The refresh-cache lambda was invoked by a webhook triggered by a third party service when any data change. When importing a dataset, it would for instance trigger as much as 100 calls to refresh-cache. This behaviour was completely spamming my API, which in turn was running requests to other services in order to perform a cache invalidation.

Adding this single line improved the situation a lot, because only one instance of the lambda was running at once (no concurrent run), the number of calls was divided by ~10, instead of 50 calls to refresh-cache, it only triggered 3-4, and all those call worked (200 instead of 500 due to timeout issue).

Overall, pretty good. Not yet perfect for my workflow, but a step forward.


Not related, but I used https://epsagon.com/ which tremendously helped me figuring out what was happening on AWS Lambda. Here is what I got:

Before applying reservedConcurrency limit to the lambda: enter image description here

You can see that most calls fail with timeout (30000ms), only the few first succeed because the lambda isn't overloaded yet.

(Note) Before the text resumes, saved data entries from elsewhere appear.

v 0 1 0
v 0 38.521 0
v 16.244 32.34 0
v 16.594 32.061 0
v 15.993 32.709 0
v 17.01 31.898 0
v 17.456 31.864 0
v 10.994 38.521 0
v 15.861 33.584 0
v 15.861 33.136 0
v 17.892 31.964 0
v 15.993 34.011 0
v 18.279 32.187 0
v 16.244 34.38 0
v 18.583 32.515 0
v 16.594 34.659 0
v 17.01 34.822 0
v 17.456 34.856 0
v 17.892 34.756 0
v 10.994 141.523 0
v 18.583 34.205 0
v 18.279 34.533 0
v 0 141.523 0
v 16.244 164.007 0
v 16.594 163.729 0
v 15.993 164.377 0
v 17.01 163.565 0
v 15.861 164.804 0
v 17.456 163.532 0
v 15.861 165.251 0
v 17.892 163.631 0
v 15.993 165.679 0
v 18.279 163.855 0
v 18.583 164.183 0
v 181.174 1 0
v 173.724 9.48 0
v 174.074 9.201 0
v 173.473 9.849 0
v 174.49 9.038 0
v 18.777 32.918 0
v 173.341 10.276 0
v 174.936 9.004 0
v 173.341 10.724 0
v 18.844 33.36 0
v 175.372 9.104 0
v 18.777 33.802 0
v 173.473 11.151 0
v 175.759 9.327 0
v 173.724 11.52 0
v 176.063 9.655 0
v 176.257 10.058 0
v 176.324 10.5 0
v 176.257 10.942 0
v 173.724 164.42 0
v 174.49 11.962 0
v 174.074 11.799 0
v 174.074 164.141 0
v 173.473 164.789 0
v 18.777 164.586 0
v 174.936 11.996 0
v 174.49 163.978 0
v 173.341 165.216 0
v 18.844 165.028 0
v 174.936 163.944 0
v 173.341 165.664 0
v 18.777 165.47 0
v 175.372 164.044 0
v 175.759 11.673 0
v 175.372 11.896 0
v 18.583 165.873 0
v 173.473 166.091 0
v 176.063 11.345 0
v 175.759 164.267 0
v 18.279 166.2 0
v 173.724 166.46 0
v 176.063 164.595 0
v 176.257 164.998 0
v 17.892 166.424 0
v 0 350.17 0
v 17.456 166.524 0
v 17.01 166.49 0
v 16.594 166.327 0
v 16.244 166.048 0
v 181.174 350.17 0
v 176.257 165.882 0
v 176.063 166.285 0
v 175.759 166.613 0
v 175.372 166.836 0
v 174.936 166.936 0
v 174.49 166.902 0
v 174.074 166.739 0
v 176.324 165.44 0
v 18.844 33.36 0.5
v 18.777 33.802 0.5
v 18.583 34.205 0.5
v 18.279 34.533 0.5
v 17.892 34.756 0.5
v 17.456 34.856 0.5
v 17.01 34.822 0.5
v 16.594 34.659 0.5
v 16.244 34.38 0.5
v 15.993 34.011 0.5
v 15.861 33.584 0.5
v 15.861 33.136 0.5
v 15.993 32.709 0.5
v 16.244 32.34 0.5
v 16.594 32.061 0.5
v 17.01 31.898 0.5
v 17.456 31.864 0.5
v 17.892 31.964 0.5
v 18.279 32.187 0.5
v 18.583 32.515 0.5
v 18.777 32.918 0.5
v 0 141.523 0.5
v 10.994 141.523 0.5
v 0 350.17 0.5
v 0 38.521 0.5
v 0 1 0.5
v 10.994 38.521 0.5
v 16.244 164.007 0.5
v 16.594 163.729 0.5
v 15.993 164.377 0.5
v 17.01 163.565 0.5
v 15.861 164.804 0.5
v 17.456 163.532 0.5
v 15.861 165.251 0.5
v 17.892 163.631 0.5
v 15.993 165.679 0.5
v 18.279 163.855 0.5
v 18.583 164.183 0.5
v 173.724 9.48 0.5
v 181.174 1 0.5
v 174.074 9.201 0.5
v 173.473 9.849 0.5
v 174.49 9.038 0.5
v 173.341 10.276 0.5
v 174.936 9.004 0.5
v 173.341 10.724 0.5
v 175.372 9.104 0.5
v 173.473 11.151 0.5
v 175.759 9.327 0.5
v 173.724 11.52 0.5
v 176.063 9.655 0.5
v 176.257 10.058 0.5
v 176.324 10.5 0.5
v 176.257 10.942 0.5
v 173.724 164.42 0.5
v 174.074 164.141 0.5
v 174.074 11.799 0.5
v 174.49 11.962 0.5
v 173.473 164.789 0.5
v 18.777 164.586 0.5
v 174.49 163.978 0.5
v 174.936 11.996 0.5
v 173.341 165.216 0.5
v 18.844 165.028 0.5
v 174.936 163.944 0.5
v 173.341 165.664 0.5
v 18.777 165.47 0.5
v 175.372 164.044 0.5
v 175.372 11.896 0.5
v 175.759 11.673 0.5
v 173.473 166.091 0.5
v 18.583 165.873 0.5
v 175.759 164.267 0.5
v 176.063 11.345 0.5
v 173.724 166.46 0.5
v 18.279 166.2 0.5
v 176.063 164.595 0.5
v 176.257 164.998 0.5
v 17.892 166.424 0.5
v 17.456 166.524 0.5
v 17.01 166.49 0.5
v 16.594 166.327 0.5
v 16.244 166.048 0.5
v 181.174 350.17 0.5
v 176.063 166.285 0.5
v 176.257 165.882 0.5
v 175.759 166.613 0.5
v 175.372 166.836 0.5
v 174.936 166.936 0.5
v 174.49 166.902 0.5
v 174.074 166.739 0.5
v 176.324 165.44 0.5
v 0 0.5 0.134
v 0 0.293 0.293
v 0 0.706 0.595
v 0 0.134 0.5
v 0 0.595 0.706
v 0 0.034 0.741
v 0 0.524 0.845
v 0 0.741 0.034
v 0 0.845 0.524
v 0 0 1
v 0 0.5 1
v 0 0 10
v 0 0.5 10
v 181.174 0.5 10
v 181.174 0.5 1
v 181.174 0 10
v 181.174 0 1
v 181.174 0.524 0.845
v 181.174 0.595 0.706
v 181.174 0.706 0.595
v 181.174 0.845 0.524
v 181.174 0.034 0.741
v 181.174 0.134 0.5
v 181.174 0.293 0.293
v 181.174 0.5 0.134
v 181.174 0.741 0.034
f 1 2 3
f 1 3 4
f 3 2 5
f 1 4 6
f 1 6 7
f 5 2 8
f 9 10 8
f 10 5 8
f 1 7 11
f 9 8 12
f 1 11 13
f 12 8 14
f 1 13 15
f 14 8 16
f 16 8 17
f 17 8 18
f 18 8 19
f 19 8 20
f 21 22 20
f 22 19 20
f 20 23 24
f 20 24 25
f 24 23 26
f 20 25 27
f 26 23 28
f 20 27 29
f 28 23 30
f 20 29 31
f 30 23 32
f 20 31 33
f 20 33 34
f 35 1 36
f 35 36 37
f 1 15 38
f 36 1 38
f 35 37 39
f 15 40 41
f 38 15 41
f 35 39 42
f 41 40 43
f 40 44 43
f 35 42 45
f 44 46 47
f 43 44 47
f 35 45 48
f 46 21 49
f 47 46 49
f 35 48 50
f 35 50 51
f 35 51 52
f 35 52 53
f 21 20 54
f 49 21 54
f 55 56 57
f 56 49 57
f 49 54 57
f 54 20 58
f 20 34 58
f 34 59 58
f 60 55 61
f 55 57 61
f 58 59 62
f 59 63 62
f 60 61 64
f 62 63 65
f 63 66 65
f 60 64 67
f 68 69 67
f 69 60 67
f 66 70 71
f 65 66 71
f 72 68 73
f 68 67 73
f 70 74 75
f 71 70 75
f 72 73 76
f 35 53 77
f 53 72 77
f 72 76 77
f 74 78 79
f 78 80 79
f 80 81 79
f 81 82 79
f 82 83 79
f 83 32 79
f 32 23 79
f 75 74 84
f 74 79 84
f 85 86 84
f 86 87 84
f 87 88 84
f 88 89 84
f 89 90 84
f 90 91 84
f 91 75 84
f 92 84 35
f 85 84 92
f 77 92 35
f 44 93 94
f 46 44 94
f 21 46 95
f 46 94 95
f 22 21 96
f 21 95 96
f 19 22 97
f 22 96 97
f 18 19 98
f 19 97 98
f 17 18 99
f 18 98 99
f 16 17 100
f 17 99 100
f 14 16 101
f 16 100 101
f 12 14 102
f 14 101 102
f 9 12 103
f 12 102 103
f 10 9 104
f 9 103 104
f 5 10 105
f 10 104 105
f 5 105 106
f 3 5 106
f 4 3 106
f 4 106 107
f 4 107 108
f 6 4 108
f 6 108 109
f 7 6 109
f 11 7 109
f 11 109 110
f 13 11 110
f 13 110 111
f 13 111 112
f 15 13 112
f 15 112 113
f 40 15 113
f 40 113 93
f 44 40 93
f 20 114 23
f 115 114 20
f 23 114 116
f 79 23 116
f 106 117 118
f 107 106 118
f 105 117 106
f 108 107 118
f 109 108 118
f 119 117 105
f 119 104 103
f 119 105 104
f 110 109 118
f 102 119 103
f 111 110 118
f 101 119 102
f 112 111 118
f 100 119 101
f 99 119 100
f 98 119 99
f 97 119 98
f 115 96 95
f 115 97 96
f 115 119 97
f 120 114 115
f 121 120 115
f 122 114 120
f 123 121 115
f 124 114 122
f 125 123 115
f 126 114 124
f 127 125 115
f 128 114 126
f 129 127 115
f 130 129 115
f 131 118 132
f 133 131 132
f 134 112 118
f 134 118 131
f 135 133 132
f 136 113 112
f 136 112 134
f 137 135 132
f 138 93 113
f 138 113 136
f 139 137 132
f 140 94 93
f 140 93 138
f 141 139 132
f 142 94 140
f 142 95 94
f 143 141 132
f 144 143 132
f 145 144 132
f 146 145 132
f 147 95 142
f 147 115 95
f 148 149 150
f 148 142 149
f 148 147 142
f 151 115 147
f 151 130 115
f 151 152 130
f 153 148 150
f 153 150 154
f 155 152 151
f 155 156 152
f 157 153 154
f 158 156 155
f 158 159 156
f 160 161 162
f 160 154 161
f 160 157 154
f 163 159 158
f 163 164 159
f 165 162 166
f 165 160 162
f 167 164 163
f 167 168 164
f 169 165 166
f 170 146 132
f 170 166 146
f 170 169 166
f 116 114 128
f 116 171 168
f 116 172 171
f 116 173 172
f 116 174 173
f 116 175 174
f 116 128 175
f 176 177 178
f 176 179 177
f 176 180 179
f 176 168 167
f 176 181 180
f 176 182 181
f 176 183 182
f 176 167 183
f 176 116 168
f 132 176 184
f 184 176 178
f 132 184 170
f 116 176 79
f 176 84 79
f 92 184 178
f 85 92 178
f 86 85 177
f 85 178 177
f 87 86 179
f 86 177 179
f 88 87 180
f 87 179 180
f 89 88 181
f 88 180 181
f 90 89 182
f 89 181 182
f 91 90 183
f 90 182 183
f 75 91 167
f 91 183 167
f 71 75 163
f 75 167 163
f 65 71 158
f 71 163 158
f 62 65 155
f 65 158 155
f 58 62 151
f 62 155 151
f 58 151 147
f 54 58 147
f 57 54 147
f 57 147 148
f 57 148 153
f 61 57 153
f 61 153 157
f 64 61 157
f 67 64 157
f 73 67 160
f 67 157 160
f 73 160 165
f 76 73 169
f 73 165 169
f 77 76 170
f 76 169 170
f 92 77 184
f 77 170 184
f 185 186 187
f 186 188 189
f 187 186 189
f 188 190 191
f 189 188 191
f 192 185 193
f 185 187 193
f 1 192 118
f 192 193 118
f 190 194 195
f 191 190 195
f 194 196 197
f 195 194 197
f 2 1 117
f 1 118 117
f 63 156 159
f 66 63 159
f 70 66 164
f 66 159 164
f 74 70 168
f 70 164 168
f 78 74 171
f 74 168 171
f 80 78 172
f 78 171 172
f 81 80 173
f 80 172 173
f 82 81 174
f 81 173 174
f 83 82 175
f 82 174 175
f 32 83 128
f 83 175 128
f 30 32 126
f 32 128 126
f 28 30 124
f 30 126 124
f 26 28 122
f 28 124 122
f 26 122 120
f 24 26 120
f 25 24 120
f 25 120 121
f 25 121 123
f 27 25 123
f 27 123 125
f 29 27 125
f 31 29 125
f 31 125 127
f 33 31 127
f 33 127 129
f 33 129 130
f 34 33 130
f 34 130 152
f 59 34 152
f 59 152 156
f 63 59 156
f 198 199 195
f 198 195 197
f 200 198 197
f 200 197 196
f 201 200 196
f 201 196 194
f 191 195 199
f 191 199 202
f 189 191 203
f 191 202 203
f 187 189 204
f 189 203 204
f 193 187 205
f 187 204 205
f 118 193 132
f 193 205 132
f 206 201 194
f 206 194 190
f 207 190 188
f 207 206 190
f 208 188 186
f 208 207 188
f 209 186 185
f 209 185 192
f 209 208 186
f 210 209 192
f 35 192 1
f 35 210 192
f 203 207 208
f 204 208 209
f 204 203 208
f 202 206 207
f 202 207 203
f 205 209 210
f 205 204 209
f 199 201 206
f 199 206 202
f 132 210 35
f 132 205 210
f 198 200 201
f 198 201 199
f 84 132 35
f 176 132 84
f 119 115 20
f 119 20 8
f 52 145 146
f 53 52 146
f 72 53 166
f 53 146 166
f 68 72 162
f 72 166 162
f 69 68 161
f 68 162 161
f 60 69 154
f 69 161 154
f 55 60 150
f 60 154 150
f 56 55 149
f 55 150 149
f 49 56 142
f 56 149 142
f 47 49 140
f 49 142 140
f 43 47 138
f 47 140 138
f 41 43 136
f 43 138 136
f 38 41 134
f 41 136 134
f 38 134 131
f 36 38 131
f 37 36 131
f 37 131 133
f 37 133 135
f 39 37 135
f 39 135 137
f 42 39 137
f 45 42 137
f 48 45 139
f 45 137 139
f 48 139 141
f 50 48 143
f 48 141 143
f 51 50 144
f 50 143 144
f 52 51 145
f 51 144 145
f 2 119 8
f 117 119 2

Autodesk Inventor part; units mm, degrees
ref_plane "YZ Plane" through (0, 0, 0) normal (1, 0, 0) x (0, 1, 0)
ref_plane "XZ Plane" through (0, 0, 0) normal (0, 1, 0) x (-1, 0, 0)
ref_plane "XY Plane" through (0, 0, 0) normal (0, 0, 1) x (1, 0, 0)
sketch "Sketch1" plane through (0, 0, 0) normal (0, 0, 1) x (1, 0, 0)
  line L0 (0, 0) -> (181.174, 0)
  line L1 (181.174, 0) -> (181.174, 350.17)
  line L2 (181.174, 350.17) -> (0, 350.17)
  line L3 (0, 350.17) -> (0, 0)
  dimension "d0" = 181.174
  dimension "d1" = 350.17
extrude "Plate1" add sketch "Sketch1" along normal blind 0.5
sketch "Sketch3" plane through (181.174, 0.5, 0) normal (0, -1, 0) x (1, 0, 0)
  line L0 (-181.174, 0) -> (0, 0)
  line L1 (0, 0) -> (0, 10)
  line L2 (0, 10) -> (-181.174, 10)
  line L3 (-181.174, 10) -> (-181.174, 0)
edge flange "Flange1" height 10 angle 90 thickness 0.5 bend radius 0.5 thickness toward (0, -1, 0) relief tear relief width 0.5 relief depth 0.25 edges at (90.587, 0, 0.5) wall of the first edge with corners at (0, 0.5, 0) (181.174, 0.5, 0) (181.174, 0.5, 10) (0, 0.5, 10)
bend "Bend1"
corner "Corner1"
sketch "Sketch4" plane through (0, 0, 0.5) normal (0, 0, 1) x (1, 0, 0)
  line L0 (181.174, 350.17) -> (181.174, 1) projected
  line L1 (10.4326, 171.5141) -> (10.4326, 6.5941)
  arc A0 (10.4326, 6.5941) -> (12.9726, 4.0541) centre (12.9726, 6.5941) ccw
  line L2 (177.8926, 4.0541) -> (12.9726, 4.0541)
  arc A1 (177.8926, 4.0541) -> (180.4326, 6.5941) centre (177.8926, 6.5941) ccw
  line L3 (180.4326, 171.5141) -> (180.4326, 6.5941)
  arc A2 (180.4326, 171.5141) -> (177.8926, 174.0541) centre (177.8926, 171.5141) ccw
  line L4 (177.8926, 174.0541) -> (12.9726, 174.0541)
  arc A3 (12.9726, 174.0541) -> (10.4326, 171.5141) centre (12.9726, 171.5141) ccw
  circle A4 centre (174.0826, 14.2141) radius 2.032
  circle A5 centre (174.0826, 169.1541) radius 2.032
  circle A6 centre (16.6026, 169.1541) radius 2.032
  circle A7 centre (16.6026, 37.0741) radius 2.032
  line L5 (181.174, 0) -> (181.174, 10.5)
  line L6 (181.174, 1) -> (181.174, 350.17) projected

After applying reservedConcurrency limit to the lambda: enter image description here

You can see that all calls succeed, and they are much faster. No timeout. Saves both money, and time.


Using reservedConcurrency is not the only way to deal with this issue, there are many other, as @Rodrigo stated in his answer. But it's a working one, that may fit in your workflow. It's applied on the Lambda level, not on API Gateway (if I understand the docs correctly).